**Task**
Your answer should be the lines below from the one holding "F9_DEPTH = 3" through the one holding "# F4 (on face) → F5 (cut)", copied exactly and with nothing else.
━━━
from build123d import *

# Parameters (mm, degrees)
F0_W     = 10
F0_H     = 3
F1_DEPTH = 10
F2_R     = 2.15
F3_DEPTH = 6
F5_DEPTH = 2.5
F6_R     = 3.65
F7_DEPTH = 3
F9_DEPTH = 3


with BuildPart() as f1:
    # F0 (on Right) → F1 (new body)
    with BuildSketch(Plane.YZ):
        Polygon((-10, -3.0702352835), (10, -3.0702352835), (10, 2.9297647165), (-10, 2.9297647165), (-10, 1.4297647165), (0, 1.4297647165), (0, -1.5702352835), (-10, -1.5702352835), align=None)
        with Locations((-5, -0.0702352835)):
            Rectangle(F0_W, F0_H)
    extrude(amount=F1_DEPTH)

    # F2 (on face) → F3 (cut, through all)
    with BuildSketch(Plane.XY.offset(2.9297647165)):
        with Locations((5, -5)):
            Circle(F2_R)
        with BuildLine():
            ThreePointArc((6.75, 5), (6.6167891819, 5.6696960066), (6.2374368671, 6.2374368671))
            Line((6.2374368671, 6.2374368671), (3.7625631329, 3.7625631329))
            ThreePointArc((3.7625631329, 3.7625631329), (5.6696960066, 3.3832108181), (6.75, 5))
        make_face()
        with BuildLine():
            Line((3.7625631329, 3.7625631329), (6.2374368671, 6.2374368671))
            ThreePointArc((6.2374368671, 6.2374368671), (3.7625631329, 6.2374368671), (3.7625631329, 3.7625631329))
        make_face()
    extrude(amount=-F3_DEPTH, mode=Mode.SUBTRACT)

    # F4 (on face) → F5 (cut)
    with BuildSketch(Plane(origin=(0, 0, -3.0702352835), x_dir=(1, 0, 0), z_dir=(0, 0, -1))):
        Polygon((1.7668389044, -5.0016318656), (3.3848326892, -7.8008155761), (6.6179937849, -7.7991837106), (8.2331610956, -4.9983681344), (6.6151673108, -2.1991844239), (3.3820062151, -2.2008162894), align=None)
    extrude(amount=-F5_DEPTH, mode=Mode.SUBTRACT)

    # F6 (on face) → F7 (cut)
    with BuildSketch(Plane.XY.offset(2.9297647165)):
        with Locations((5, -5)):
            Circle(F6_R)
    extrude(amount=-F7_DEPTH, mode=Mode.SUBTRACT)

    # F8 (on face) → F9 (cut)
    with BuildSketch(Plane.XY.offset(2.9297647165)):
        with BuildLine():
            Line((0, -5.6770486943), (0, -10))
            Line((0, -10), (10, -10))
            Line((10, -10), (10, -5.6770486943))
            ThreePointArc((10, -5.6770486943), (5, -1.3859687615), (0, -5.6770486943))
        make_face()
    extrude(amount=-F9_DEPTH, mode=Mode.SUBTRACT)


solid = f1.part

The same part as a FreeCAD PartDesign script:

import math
import FreeCAD as App
import Part
import Sketcher

doc = App.newDocument("Part")
body = doc.addObject("PartDesign::Body", "Body")

sketch1 = body.newObject("Sketcher::SketchObject", "Sketch")
sketch1.AttachmentSupport = (doc.getObject("YZ_Plane"), [""])
sketch1.MapMode = "FlatFace"
sketch1.addGeometry([
    Part.LineSegment(App.Vector(-10, -3.070235, 0), App.Vector(10, -3.070235, 0)),
    Part.LineSegment(App.Vector(10, -3.070235, 0), App.Vector(10, 2.929765, 0)),
    Part.LineSegment(App.Vector(10, 2.929765, 0), App.Vector(-10, 2.929765, 0)),
    Part.LineSegment(App.Vector(-10, 2.929765, 0), App.Vector(-10, -3.070235, 0)),
], False)
sketch1.addConstraint([
    Sketcher.Constraint("Coincident", 0, 2, 1, 1),
    Sketcher.Constraint("Coincident", 1, 2, 2, 1),
    Sketcher.Constraint("Coincident", 2, 2, 3, 1),
    Sketcher.Constraint("Coincident", 3, 2, 0, 1),
    Sketcher.Constraint("Horizontal", 0),
    Sketcher.Constraint("Vertical", 1),
    Sketcher.Constraint("Horizontal", 2),
    Sketcher.Constraint("Vertical", 3),
    Sketcher.Constraint("DistanceX", 0, 1, 0, 2, 20.0),
    Sketcher.Constraint("DistanceY", 1, 1, 1, 2, 6.0),
    Sketcher.Constraint("DistanceX", -1, 1, 0, 2, 10.0),
    Sketcher.Constraint("DistanceY", 0, 2, -1, 1, 3.070235),
])
pad1 = body.newObject("PartDesign::Pad", "Pad")
pad1.Profile = sketch1
pad1.Length = 10

sketch2 = body.newObject("Sketcher::SketchObject", "Sketch001")
sketch2.AttachmentSupport = (doc.getObject("XY_Plane"), [""])
sketch2.MapMode = "FlatFace"
sketch2.AttachmentOffset = App.Placement(App.Vector(0, 0, 2.929765), App.Rotation())
sketch2.addGeometry([
    Part.Circle(App.Vector(5, -5, 0), App.Vector(0, 0, 1), 2.15),
    Part.ArcOfCircle(Part.Circle(App.Vector(5, 5, 0), App.Vector(0, 0, 1), 1.75), math.radians(0), math.radians(45)),
    Part.ArcOfCircle(Part.Circle(App.Vector(5, 5, 0), App.Vector(0, 0, 1), 1.75), math.radians(45), math.radians(225)),
    Part.ArcOfCircle(Part.Circle(App.Vector(5, 5, 0), App.Vector(0, 0, 1), 1.75), math.radians(-135), math.radians(0)),
], False)
sketch2.addConstraint([
    Sketcher.Constraint("Tangent", 1, 2, 2, 1),
    Sketcher.Constraint("Tangent", 2, 2, 3, 1),
    Sketcher.Constraint("Tangent", 3, 2, 1, 1),
    Sketcher.Constraint("Symmetric", 0, 3, 1, 3, -1),
    Sketcher.Constraint("Horizontal", 2, 3, 3, 2),
    Sketcher.Constraint("Diameter", 0, 4.3),
    Sketcher.Constraint("Radius", 1, 1.75),
    Sketcher.Constraint("DistanceX", -1, 1, 0, 3, 5.0),
    Sketcher.Constraint("DistanceY", 0, 3, -1, 1, 5.0),
    Sketcher.Constraint("DistanceX", -1, 1, 1, 2, 6.237437),
    Sketcher.Constraint("DistanceX", -1, 1, 2, 2, 3.762563),
])
pocket1 = body.newObject("PartDesign::Pocket", "Pocket")
pocket1.Profile = sketch2
pocket1.Type = "ThroughAll"

sketch3 = body.newObject("Sketcher::SketchObject", "Sketch002")
sketch3.AttachmentSupport = (doc.getObject("XY_Plane"), [""])
sketch3.MapMode = "FlatFace"
sketch3.AttachmentOffset = App.Placement(App.Vector(0, 0, -3.070235), App.Rotation())
sketch3.addGeometry([
    Part.LineSegment(App.Vector(1.766839, 5.001632, 0), App.Vector(3.384833, 7.800816, 0)),
    Part.LineSegment(App.Vector(3.384833, 7.800816, 0), App.Vector(6.617994, 7.799184, 0)),
    Part.LineSegment(App.Vector(6.617994, 7.799184, 0), App.Vector(8.233161, 4.998368, 0)),
    Part.LineSegment(App.Vector(8.233161, 4.998368, 0), App.Vector(6.615167, 2.199184, 0)),
    Part.LineSegment(App.Vector(6.615167, 2.199184, 0), App.Vector(3.382006, 2.200816, 0)),
    Part.LineSegment(App.Vector(3.382006, 2.200816, 0), App.Vector(1.766839, 5.001632, 0)),
], False)
sketch3.addConstraint([
    Sketcher.Constraint("Coincident", 0, 2, 1, 1),
    Sketcher.Constraint("Coincident", 1, 2, 2, 1),
    Sketcher.Constraint("Coincident", 2, 2, 3, 1),
    Sketcher.Constraint("Coincident", 3, 2, 4, 1),
    Sketcher.Constraint("Coincident", 4, 2, 5, 1),
    Sketcher.Constraint("Coincident", 5, 2, 0, 1),
    Sketcher.Constraint("Parallel", 0, 3),
    Sketcher.Constraint("Parallel", 1, 4),
    Sketcher.Constraint("Parallel", 2, 5),
    Sketcher.Constraint("Equal", 0, 1),
    Sketcher.Constraint("Equal", 1, 2),
    Sketcher.Constraint("Equal", 2, 3),
    Sketcher.Constraint("DistanceY", 3, 2, 1, 2, 5.599999),
    Sketcher.Constraint("Distance", 0, 3.233162),
    Sketcher.Constraint("DistanceX", -1, 1, 2, 2, 8.233161),
    Sketcher.Constraint("DistanceY", -1, 1, 2, 2, 4.998368),
    Sketcher.Constraint("DistanceY", -1, 1, 5, 2, 5.001632),
    Sketcher.Constraint("DistanceY", 1, 2, 0, 2, 0.001632),
])
pocket2 = body.newObject("PartDesign::Pocket", "Pocket001")
pocket2.Profile = sketch3
pocket2.Length = 2.5
pocket2.Reversed = True

sketch4 = body.newObject("Sketcher::SketchObject", "Sketch003")
sketch4.AttachmentSupport = (doc.getObject("XY_Plane"), [""])
sketch4.MapMode = "FlatFace"
sketch4.AttachmentOffset = App.Placement(App.Vector(0, 0, 2.929765), App.Rotation())
sketch4.addGeometry(Part.Circle(App.Vector(5, -5, 0), App.Vector(0, 0, 1), 3.65), False)
sketch4.addConstraint([
    Sketcher.Constraint("Diameter", 0, 7.3),
    Sketcher.Constraint("DistanceX", -1, 1, 0, 3, 5.0),
    Sketcher.Constraint("DistanceY", 0, 3, -1, 1, 5.0),
])
pocket3 = body.newObject("PartDesign::Pocket", "Pocket002")
pocket3.Profile = sketch4
pocket3.Length = 3

sketch5 = body.newObject("Sketcher::SketchObject", "Sketch004")
sketch5.AttachmentSupport = (doc.getObject("XY_Plane"), [""])
sketch5.MapMode = "FlatFace"
sketch5.AttachmentOffset = App.Placement(App.Vector(0, 0, 2.929765), App.Rotation())
sketch5.addGeometry([
    Part.LineSegment(App.Vector(0, -5.677049, 0), App.Vector(0, -10, 0)),
    Part.LineSegment(App.Vector(0, -10, 0), App.Vector(10, -10, 0)),
    Part.LineSegment(App.Vector(10, -10, 0), App.Vector(10, -5.677049, 0)),
    Part.ArcOfCircle(Part.Circle(App.Vector(5, -6.444528, 0), App.Vector(0, 0, 1), 5.05856), math.radians(8.726559), math.radians(171.273441)),
], False)
sketch5.addConstraint([
    Sketcher.Constraint("Coincident", 0, 2, 1, 1),
    Sketcher.Constraint("Coincident", 1, 2, 2, 1),
    Sketcher.Constraint("Coincident", 2, 2, 3, 1),
    Sketcher.Constraint("Coincident", 3, 2, 0, 1),
    Sketcher.Constraint("Vertical", 0),
    Sketcher.Constraint("Horizontal", 1),
    Sketcher.Constraint("Vertical", 2),
    Sketcher.Constraint("PointOnObject", 0, 2, -2),
    Sketcher.Constraint("Horizontal", 2, 2, 3, 2),
    Sketcher.Constraint("DistanceX", 1, 1, 1, 2, 10.0),
    Sketcher.Constraint("DistanceY", 0, 2, -1, 1, 10.0),
    Sketcher.Constraint("Radius", 3, 5.05856),
    Sketcher.Constraint("DistanceY", 0, 2, 0, 1, 4.322951),
])
pocket4 = body.newObject("PartDesign::Pocket", "Pocket003")
pocket4.Profile = sketch5
pocket4.Length = 3

doc.recompute()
━━━
**Answer to this exercise**
F9_DEPTH = 3


with BuildPart() as f1:
    # F0 (on Right) → F1 (new body)
    with BuildSketch(Plane.YZ):
        Polygon((-10, -3.0702352835), (10, -3.0702352835), (10, 2.9297647165), (-10, 2.9297647165), (-10, 1.4297647165), (0, 1.4297647165), (0, -1.5702352835), (-10, -1.5702352835), align=None)
        with Locations((-5, -0.0702352835)):
            Rectangle(F0_W, F0_H)
    extrude(amount=F1_DEPTH)

    # F2 (on face) → F3 (cut, through all)
    with BuildSketch(Plane.XY.offset(2.9297647165)):
        with Locations((5, -5)):
            Circle(F2_R)
        with BuildLine():
            ThreePointArc((6.75, 5), (6.6167891819, 5.6696960066), (6.2374368671, 6.2374368671))
            Line((6.2374368671, 6.2374368671), (3.7625631329, 3.7625631329))
            ThreePointArc((3.7625631329, 3.7625631329), (5.6696960066, 3.3832108181), (6.75, 5))
        make_face()
        with BuildLine():
            Line((3.7625631329, 3.7625631329), (6.2374368671, 6.2374368671))
            ThreePointArc((6.2374368671, 6.2374368671), (3.7625631329, 6.2374368671), (3.7625631329, 3.7625631329))
        make_face()
    extrude(amount=-F3_DEPTH, mode=Mode.SUBTRACT)

    # F4 (on face) → F5 (cut)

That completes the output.